Стейка вкуснее он в жизни не пробовал. Это удивило капитана. Много месяцев назад, когда они в последний раз ели свежую медвежатину, жареное мясо показалось прогорклым на вкус и запах. Люди тогда сильно отравились печенью и, возможно, еще какими-то внутренними органами животного. Тогда они решили, что мясо белого медведя они станут есть только в самом крайнем случае: если над ними нависнет угроза голодной смерти.
А теперь это пиршество… это роскошное пиршество. Все вокруг него в белом зале — и, очевидно, за покрытыми парусиной бочками, сундуками и столами в соседних оранжевом и фиолетовом залах — с жадностью уплетали мясо. Смех и болтовня счастливых людей с легкостью перекрывали и рев огня в жаровне, и хлопанье парусины на вновь поднявшемся ветру. Здесь, в белом зале, мало кто пользовался ножом и вилкой должным образом — иные просто натыкали кусок мяса на вилку и рвали зубами, но большинство ели прямо руками в рукавицах. Со стороны казалось, будто сто пятьдесят изголодавшихся хищников с упоением пожирают свою добычу.

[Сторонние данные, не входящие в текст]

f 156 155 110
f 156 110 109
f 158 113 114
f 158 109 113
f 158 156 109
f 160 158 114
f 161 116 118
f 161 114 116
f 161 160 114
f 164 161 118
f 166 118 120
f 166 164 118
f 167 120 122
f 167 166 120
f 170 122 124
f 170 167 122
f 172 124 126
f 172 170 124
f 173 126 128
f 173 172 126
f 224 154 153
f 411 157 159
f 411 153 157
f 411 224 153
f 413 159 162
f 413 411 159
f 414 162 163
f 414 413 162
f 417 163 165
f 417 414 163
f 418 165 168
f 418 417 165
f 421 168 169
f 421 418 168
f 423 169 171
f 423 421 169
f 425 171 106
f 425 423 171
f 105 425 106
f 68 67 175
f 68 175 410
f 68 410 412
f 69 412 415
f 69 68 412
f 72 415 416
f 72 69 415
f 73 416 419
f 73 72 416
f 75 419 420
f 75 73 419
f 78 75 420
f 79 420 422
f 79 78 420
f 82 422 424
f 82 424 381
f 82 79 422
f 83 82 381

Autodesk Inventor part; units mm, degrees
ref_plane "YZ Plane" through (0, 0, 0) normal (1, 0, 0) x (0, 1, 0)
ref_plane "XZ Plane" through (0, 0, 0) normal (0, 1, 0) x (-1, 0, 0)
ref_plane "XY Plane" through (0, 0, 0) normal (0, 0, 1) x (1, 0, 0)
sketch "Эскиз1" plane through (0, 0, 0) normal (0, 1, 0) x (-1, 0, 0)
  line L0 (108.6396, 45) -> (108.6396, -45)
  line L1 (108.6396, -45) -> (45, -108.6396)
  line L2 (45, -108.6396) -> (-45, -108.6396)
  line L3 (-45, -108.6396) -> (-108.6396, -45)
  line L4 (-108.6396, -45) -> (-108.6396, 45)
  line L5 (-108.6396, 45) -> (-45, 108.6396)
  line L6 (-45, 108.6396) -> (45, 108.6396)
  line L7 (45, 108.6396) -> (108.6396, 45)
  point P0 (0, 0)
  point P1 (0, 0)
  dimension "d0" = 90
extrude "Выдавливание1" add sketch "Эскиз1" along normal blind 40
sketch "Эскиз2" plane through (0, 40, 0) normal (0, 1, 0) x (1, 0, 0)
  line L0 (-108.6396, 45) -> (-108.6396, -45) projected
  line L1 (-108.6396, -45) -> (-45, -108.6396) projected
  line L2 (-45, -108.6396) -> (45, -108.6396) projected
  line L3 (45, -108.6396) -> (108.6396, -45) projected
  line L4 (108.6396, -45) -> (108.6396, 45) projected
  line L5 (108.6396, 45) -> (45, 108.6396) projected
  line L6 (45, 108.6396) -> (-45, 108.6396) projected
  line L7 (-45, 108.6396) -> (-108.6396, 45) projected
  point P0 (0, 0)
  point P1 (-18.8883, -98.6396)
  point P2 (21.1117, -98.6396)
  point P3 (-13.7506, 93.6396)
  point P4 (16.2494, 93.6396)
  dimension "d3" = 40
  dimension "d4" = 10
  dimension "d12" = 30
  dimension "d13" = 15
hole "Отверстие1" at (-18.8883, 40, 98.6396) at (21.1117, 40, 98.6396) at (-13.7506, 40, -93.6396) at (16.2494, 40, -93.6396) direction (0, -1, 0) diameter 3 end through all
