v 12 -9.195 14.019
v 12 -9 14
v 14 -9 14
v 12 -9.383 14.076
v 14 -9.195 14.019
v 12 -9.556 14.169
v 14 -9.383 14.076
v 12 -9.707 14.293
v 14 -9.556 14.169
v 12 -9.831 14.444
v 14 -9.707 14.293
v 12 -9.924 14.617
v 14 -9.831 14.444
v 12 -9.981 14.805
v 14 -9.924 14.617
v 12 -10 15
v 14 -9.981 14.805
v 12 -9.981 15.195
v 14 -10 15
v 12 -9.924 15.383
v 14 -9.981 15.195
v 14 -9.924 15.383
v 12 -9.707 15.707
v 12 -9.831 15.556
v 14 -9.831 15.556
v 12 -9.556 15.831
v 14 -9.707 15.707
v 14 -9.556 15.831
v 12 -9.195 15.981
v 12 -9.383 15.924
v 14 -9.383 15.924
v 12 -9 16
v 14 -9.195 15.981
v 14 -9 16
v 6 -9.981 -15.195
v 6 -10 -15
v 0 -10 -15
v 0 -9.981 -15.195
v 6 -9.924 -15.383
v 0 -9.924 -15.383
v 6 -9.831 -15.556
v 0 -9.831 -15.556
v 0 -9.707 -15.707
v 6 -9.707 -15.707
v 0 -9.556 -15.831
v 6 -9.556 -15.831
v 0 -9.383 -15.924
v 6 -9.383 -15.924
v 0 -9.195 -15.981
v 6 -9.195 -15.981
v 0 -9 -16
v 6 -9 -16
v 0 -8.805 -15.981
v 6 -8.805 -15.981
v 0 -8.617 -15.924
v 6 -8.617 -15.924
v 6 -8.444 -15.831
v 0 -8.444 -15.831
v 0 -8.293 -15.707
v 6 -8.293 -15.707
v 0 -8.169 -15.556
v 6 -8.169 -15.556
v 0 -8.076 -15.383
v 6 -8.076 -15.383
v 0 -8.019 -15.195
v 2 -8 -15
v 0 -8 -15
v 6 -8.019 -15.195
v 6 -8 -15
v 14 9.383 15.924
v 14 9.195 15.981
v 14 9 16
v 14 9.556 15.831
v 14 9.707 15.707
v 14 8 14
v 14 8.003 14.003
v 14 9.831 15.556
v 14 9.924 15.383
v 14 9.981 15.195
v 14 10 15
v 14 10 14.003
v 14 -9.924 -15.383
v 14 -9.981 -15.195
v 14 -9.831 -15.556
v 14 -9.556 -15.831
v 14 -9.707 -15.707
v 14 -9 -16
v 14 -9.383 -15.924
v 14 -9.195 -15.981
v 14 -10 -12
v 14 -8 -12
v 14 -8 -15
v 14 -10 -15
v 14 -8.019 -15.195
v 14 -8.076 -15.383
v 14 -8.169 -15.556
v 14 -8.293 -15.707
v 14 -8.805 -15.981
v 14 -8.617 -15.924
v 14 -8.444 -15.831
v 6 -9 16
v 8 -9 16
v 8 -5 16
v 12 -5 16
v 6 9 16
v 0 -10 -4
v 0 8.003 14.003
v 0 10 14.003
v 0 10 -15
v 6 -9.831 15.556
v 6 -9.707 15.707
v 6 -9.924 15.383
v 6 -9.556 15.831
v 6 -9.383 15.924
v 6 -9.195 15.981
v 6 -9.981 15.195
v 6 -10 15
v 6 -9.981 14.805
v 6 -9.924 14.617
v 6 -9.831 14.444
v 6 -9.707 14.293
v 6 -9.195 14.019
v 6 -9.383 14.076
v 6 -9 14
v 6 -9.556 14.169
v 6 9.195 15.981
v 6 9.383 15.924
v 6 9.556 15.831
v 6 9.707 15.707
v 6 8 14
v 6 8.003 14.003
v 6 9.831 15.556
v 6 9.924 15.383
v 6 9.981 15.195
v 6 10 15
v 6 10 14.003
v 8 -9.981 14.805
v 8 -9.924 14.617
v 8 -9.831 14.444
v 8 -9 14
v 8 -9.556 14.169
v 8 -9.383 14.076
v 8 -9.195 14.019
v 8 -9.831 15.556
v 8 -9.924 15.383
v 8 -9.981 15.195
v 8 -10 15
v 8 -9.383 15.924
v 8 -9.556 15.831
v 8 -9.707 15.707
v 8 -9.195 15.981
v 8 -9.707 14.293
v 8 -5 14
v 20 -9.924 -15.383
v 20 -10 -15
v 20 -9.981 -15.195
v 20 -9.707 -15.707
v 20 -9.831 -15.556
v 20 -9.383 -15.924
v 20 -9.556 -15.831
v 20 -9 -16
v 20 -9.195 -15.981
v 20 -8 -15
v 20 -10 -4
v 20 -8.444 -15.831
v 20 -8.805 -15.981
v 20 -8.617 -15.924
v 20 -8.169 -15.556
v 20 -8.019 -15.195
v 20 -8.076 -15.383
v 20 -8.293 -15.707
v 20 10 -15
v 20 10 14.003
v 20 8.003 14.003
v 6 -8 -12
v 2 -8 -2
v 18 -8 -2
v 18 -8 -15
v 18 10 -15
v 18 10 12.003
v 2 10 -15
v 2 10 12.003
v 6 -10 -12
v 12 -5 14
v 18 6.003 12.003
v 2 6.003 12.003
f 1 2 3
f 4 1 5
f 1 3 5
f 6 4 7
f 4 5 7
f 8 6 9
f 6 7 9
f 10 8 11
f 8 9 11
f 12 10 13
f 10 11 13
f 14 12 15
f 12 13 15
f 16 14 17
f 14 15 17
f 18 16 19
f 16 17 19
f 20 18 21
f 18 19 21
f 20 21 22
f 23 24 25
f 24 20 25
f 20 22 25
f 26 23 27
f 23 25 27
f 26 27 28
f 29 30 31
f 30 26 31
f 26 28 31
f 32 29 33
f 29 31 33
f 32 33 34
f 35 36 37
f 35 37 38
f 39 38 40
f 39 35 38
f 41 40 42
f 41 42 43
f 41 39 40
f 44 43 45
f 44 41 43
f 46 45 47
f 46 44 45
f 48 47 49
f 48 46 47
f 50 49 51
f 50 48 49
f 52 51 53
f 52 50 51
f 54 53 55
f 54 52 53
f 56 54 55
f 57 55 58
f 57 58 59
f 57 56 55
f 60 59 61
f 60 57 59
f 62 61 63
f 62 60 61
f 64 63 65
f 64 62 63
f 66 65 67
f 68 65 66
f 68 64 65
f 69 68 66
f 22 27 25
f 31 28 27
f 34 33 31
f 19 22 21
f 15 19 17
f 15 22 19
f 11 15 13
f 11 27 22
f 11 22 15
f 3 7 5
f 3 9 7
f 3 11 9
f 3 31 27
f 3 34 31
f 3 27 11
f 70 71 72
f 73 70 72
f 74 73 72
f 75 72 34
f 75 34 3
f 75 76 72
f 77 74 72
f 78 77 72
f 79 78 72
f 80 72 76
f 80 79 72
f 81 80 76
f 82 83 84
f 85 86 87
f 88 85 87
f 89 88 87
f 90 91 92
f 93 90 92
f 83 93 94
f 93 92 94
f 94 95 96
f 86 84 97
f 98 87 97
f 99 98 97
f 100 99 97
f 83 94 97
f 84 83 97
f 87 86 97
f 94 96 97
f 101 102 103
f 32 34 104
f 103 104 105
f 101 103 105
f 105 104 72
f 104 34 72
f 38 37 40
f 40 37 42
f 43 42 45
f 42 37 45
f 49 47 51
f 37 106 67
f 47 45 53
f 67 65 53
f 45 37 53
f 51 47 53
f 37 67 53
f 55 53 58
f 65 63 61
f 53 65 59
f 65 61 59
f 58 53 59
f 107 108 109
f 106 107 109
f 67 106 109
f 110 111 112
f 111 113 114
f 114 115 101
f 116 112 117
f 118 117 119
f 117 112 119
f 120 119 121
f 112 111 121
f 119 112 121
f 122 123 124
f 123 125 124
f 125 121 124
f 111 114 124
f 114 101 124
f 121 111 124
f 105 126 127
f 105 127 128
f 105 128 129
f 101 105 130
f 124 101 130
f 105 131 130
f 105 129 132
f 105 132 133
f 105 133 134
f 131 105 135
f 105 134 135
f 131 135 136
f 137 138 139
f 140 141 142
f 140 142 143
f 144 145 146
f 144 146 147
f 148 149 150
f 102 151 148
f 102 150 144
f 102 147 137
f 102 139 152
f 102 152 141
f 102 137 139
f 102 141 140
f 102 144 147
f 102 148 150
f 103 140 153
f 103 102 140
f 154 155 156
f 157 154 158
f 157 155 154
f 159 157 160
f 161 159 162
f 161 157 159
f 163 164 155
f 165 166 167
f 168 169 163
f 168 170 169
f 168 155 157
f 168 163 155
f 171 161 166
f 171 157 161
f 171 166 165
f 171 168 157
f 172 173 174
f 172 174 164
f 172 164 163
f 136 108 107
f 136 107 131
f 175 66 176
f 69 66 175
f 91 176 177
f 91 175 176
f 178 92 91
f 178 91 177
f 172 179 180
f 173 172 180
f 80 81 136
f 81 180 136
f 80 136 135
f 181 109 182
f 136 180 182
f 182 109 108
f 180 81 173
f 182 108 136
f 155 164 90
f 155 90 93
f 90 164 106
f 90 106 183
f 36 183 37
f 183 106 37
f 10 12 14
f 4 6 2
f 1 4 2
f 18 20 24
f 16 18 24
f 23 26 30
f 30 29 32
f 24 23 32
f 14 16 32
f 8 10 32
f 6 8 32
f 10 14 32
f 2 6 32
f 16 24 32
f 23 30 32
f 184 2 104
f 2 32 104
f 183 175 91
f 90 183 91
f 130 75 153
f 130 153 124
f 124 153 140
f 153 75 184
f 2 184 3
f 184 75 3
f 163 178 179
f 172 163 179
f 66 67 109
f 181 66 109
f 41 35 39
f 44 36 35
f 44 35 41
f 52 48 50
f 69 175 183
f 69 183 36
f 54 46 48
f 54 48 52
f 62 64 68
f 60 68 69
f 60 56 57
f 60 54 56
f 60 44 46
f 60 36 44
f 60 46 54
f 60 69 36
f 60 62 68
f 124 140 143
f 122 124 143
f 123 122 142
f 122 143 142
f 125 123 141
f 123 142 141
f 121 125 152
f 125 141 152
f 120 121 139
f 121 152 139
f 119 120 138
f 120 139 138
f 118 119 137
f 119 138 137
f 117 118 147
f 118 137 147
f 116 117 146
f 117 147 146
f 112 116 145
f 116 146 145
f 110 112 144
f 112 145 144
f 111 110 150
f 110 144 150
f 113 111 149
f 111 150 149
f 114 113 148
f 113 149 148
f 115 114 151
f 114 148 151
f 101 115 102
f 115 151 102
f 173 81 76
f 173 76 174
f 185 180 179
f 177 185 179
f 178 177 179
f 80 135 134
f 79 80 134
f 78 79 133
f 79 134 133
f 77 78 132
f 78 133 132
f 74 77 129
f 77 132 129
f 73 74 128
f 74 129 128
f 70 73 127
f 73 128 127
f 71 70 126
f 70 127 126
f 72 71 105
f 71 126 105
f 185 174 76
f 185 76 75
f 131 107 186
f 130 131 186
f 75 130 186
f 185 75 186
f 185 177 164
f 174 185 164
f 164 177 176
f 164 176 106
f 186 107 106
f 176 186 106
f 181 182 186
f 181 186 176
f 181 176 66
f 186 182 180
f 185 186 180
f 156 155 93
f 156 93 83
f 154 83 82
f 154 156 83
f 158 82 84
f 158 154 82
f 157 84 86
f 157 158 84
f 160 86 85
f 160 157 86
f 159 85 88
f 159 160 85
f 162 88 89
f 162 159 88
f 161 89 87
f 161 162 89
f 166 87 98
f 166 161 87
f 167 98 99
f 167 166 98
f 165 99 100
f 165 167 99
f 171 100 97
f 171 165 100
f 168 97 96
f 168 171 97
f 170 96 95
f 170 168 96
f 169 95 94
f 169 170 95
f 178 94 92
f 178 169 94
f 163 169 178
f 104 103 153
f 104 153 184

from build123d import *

# Parameters (mm, degrees)
EXTRUDE_3_DEPTH     = 20
SKETCH_4_W          = 6
SKETCH_4_H          = 1.997420006
CUT_EXTRUDE_1_DEPTH = 20
EXTRUDE_4_DEPTH     = 8
SKETCH_6_R          = 1
EXTRUDE_5_DEPTH     = 20
SKETCH_7_W          = 16
SKETCH_7_H          = 28.677583324
CUT_EXTRUDE_3_DEPTH = 18
SKETCH_8_W          = 4
SKETCH_8_H          = 6.365219316
CUT_EXTRUDE_4_DEPTH = 10
SKETCH_9_W          = 8
SKETCH_9_H          = 4
CUT_EXTRUDE_5_DEPTH = 10


with BuildPart() as part:
    # 草图3 → 凸台-拉伸3 (new body)
    with BuildSketch(Plane(origin=(0, 0, 0), x_dir=(0, 0, -1), z_dir=(1, 0, 0))):
        with BuildLine():
            Line((-14.292893219, 8.292893219), (4, -10))
            Line((4, -10), (15, -10))
            Line((15, -10), (15, 10))
            Line((15, 10), (-15, 10))
            ThreePointArc((-15, 10), (-15.923879533, 8.617316568), (-14.292893219, 8.292893219))
        make_face()
    extrude(amount=EXTRUDE_3_DEPTH)

    # 草图4 → 切除-拉伸1 (cut)
    with BuildSketch(Plane(origin=(0, 10, 0), x_dir=(1, 0, 0), z_dir=(0, 1, 0))):
        with Locations((3, -15.001289997)):
            Rectangle(SKETCH_4_W, SKETCH_4_H)
        with Locations((17, -15.001289997)):
            Rectangle(SKETCH_4_W, SKETCH_4_H)
    extrude(amount=-CUT_EXTRUDE_1_DEPTH, mode=Mode.SUBTRACT)

    # 草图5 → 凸台-拉伸4 (add)
    with BuildSketch(Plane(origin=(14, 0, 0), x_dir=(0, 0, -1), z_dir=(1, 0, 0))):
        with BuildLine():
            Line((-14, 9), (-14, -9))
            ThreePointArc((-14, -9), (-15, -10), (-16, -9))
            Line((-16, -9), (-16, 9))
            ThreePointArc((-16, 9), (-15, 10), (-14, 9))
        make_face()
    extrude(amount=-EXTRUDE_4_DEPTH)

    # 草图6 → 凸台-拉伸5 (add)
    with BuildSketch(Plane(origin=(20, 0, 0), x_dir=(0, 0, -1), z_dir=(1, 0, 0))):
        with Locations((15, -9)):
            Circle(SKETCH_6_R)
    extrude(amount=-EXTRUDE_5_DEPTH)

    # 草图7 → 切除-拉伸3 (cut)
    with BuildSketch(Plane(origin=(0, 10, 0), x_dir=(1, 0, 0), z_dir=(0, 1, 0))):
        with Locations((10, 2.336211668)):
            Rectangle(SKETCH_7_W, SKETCH_7_H)
    extrude(amount=-CUT_EXTRUDE_3_DEPTH, mode=Mode.SUBTRACT)

    # 草图8 → 切除-拉伸4 (cut)
    with BuildSketch(Plane.XY.offset(16)):
        with Locations((10, -8.182609658)):
            Rectangle(SKETCH_8_W, SKETCH_8_H)
    extrude(amount=-CUT_EXTRUDE_4_DEPTH, mode=Mode.SUBTRACT)

    # 草图9 → 切除-拉伸5 (cut)
    with BuildSketch(Plane(origin=(0, -8, 0), x_dir=(1, 0, 0), z_dir=(0, 1, 0))):
        with Locations((10, 14)):
            Rectangle(SKETCH_9_W, SKETCH_9_H)
    extrude(amount=-CUT_EXTRUDE_5_DEPTH, mode=Mode.SUBTRACT)


solid = part.part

Чем дольше Крозье ел, тем с большей жадностью. Фицджеймс, Рейд, Блэнки, Фарр, Ходжсон и остальные — даже Джопсон, стюард капитана, сидевший за соседним столом с прочими стюардами, — похоже, поглощали мясо с таким же смаком. Один из помощников мистера Диггла, наряженный китайским младенцем, обходил столы, раскладывая на тарелки дымящиеся овощи со сковороды — Крозье видел железную печь с вельбота с булькающими кастрюлями на ревущих горелках, когда вошел, — но консервированные овощи, пусть замечательно горячие, казались просто безвкусными по сравнению с восхитительной свежей медвежатиной. Только положение начальника экспедиции не позволило Крозье протолкаться в начало очереди и потребовать добавки, когда он доел свой огромный стейк. Лицо Фицджеймса полностью утратило прежнее рассеянное, отстраненное выражение; казалось, молодой командор готов разрыдаться от счастья.
Внезапно — в тот момент, когда большинство мужчин уже управились со своим мясом и принялись пить хмельное пиво, пока оно не превратилось в лед на морозе, — персидский король, стоявший у входа в фиолетовый зал, начал крутить ручку музыкальной шкатулки.
Бурные аплодисменты — оглушительное хлопанье толстых рукавиц — раздались при первых же дребезжащих, бренчащих звуках, исторгнутых примитивным аппаратом. Многие ценители музыки на обоих кораблях жаловались на музыкальную шкатулку — мол, звучание вращающихся металлических дисков почти ничем не отличается от фальшивого голоса старой шарманки, — но эту мелодию все узнали мгновенно. Десятки человек поднялись на ноги. Другие запели хором, выдыхая клубы пара, которые всплывали над головами в ярком свете факелов, проникающем сквозь белые парусиновые стены. Даже Крозье расплылся в идиотской ухмылке, когда слова первой строфы отразились эхом от громадного айсберга, нависающего над ними в морозной ночи.